WORK ITEM — Look through the records below for the line with "e19 v10 v14 LINE" and the line with "v20 (-12.7,71.12,0)", then return those lines and all lines between, exactly.

INFORMATION SHOWN —
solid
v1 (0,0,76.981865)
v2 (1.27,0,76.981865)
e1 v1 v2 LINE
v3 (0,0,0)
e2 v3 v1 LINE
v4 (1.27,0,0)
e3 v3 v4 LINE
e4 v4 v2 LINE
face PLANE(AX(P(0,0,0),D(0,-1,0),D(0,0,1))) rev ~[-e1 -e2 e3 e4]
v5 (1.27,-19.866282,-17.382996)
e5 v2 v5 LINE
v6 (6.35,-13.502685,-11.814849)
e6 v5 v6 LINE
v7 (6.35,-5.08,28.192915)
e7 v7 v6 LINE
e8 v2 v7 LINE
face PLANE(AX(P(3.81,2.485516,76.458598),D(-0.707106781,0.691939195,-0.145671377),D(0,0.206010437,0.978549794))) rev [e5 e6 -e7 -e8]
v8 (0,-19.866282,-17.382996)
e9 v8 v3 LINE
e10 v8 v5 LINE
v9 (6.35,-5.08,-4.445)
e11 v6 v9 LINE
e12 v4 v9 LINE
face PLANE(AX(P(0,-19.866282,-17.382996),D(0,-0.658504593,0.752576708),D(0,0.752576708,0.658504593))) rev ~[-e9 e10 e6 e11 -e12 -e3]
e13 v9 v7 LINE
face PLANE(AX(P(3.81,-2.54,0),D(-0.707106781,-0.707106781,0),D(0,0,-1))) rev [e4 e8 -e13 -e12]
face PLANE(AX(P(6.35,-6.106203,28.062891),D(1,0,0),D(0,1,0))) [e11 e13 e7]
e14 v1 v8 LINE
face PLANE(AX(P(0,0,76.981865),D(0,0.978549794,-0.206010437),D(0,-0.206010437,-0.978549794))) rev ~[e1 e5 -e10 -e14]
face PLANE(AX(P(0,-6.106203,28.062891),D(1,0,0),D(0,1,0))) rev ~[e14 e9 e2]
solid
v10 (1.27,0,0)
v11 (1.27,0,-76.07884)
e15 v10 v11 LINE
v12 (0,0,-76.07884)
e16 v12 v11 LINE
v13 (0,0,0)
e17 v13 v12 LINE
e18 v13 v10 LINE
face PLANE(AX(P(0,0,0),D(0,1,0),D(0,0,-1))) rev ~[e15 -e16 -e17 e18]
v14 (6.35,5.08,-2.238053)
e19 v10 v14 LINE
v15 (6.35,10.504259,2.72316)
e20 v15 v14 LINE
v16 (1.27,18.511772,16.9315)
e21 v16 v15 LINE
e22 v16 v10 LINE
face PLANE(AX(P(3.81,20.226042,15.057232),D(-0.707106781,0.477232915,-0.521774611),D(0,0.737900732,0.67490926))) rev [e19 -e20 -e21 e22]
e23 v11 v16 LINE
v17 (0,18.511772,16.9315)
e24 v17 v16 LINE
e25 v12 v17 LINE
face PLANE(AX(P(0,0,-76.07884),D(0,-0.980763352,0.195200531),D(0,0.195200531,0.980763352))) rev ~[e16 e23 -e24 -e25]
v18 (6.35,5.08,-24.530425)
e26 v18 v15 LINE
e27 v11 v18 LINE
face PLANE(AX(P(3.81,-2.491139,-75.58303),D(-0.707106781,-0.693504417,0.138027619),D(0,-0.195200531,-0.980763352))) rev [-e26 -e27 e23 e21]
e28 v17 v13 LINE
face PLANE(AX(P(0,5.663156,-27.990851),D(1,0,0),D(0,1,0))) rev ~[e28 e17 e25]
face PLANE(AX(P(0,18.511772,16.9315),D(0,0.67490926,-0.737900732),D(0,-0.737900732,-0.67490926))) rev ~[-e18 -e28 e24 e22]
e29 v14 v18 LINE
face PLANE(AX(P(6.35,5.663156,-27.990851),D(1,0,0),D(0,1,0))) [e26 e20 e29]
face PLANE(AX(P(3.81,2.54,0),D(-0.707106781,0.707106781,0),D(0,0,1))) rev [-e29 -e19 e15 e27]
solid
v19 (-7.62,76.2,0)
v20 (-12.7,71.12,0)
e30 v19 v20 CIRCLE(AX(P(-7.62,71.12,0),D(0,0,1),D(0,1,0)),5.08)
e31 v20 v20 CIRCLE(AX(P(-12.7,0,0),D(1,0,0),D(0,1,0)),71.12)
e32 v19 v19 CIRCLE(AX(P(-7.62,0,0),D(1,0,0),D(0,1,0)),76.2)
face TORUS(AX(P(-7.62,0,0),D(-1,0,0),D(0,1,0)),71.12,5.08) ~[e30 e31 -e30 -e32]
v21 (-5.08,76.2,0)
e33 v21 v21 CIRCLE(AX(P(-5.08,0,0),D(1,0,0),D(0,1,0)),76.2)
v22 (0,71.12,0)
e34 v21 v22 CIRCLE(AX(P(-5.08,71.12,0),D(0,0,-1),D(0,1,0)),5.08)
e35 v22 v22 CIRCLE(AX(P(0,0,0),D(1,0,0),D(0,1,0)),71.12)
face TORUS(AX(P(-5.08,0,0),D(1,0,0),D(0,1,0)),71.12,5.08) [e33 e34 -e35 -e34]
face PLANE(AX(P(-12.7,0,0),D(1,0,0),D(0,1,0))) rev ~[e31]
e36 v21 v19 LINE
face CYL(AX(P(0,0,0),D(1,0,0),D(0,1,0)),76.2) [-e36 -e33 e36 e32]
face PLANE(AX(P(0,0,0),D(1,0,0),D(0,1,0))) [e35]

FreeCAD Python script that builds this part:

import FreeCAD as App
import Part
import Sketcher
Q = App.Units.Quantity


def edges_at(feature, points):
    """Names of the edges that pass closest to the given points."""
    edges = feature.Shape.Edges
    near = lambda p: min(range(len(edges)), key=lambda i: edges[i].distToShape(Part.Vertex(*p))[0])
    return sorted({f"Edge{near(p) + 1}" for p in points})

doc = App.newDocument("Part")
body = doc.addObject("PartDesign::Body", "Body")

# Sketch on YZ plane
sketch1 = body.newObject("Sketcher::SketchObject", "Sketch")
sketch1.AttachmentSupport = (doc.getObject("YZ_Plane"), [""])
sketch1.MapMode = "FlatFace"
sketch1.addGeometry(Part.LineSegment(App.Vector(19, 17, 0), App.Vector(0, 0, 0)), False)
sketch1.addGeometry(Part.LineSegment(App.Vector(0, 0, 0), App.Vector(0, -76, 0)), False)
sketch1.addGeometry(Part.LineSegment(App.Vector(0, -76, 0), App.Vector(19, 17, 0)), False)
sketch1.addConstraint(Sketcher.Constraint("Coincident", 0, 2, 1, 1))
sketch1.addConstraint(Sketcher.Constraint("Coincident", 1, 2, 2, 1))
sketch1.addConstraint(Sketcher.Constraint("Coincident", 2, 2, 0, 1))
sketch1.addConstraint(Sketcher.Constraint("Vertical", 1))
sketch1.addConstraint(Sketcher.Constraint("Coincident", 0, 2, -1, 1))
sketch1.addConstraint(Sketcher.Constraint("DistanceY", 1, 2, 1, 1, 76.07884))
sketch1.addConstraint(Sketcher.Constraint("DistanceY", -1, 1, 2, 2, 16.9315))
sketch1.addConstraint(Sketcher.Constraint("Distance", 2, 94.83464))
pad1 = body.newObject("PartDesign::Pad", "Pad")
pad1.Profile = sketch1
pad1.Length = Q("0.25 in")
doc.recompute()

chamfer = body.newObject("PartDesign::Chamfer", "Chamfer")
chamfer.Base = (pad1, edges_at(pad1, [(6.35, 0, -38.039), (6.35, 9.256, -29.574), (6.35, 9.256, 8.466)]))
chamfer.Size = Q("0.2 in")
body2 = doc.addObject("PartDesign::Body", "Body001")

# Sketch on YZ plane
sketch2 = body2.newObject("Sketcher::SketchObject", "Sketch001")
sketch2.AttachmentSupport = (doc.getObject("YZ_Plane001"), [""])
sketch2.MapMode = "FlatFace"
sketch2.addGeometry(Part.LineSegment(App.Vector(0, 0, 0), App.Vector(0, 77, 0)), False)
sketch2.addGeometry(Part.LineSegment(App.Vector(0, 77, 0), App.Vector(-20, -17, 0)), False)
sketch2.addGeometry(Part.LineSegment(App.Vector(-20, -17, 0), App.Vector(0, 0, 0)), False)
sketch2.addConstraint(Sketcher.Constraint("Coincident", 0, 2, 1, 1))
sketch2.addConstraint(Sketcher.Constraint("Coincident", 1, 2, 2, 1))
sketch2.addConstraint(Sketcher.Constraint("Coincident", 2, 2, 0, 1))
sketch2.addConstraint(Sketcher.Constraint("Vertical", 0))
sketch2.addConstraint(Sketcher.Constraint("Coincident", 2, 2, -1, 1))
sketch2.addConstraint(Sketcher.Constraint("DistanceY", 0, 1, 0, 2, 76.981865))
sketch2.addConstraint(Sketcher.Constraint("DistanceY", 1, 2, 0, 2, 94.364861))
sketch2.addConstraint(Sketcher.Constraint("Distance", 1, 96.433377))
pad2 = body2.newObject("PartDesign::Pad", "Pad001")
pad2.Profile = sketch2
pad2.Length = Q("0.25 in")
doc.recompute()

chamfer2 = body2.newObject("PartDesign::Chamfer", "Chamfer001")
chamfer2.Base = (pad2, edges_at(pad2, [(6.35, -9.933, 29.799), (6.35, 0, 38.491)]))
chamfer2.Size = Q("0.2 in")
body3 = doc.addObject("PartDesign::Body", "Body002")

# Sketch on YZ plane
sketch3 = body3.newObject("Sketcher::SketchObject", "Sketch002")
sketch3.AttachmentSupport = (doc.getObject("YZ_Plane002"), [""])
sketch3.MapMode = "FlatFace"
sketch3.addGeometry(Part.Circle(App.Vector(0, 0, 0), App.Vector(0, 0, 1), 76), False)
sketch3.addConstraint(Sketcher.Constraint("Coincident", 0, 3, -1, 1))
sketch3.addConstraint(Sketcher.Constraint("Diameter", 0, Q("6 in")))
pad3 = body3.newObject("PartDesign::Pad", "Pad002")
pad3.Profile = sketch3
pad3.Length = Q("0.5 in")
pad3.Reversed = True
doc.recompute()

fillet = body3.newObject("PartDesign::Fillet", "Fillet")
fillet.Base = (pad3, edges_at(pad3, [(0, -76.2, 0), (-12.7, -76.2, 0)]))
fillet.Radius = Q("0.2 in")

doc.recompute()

EXERCISE ANSWER —
e19 v10 v14 LINE
v15 (6.35,10.504259,2.72316)
e20 v15 v14 LINE
v16 (1.27,18.511772,16.9315)
e21 v16 v15 LINE
e22 v16 v10 LINE
face PLANE(AX(P(3.81,20.226042,15.057232),D(-0.707106781,0.477232915,-0.521774611),D(0,0.737900732,0.67490926))) rev [e19 -e20 -e21 e22]
e23 v11 v16 LINE
v17 (0,18.511772,16.9315)
e24 v17 v16 LINE
e25 v12 v17 LINE
face PLANE(AX(P(0,0,-76.07884),D(0,-0.980763352,0.195200531),D(0,0.195200531,0.980763352))) rev ~[e16 e23 -e24 -e25]
v18 (6.35,5.08,-24.530425)
e26 v18 v15 LINE
e27 v11 v18 LINE
face PLANE(AX(P(3.81,-2.491139,-75.58303),D(-0.707106781,-0.693504417,0.138027619),D(0,-0.195200531,-0.980763352))) rev [-e26 -e27 e23 e21]
e28 v17 v13 LINE
face PLANE(AX(P(0,5.663156,-27.990851),D(1,0,0),D(0,1,0))) rev ~[e28 e17 e25]
face PLANE(AX(P(0,18.511772,16.9315),D(0,0.67490926,-0.737900732),D(0,-0.737900732,-0.67490926))) rev ~[-e18 -e28 e24 e22]
e29 v14 v18 LINE
face PLANE(AX(P(6.35,5.663156,-27.990851),D(1,0,0),D(0,1,0))) [e26 e20 e29]
face PLANE(AX(P(3.81,2.54,0),D(-0.707106781,0.707106781,0),D(0,0,1))) rev [-e29 -e19 e15 e27]
solid
v19 (-7.62,76.2,0)
v20 (-12.7,71.12,0)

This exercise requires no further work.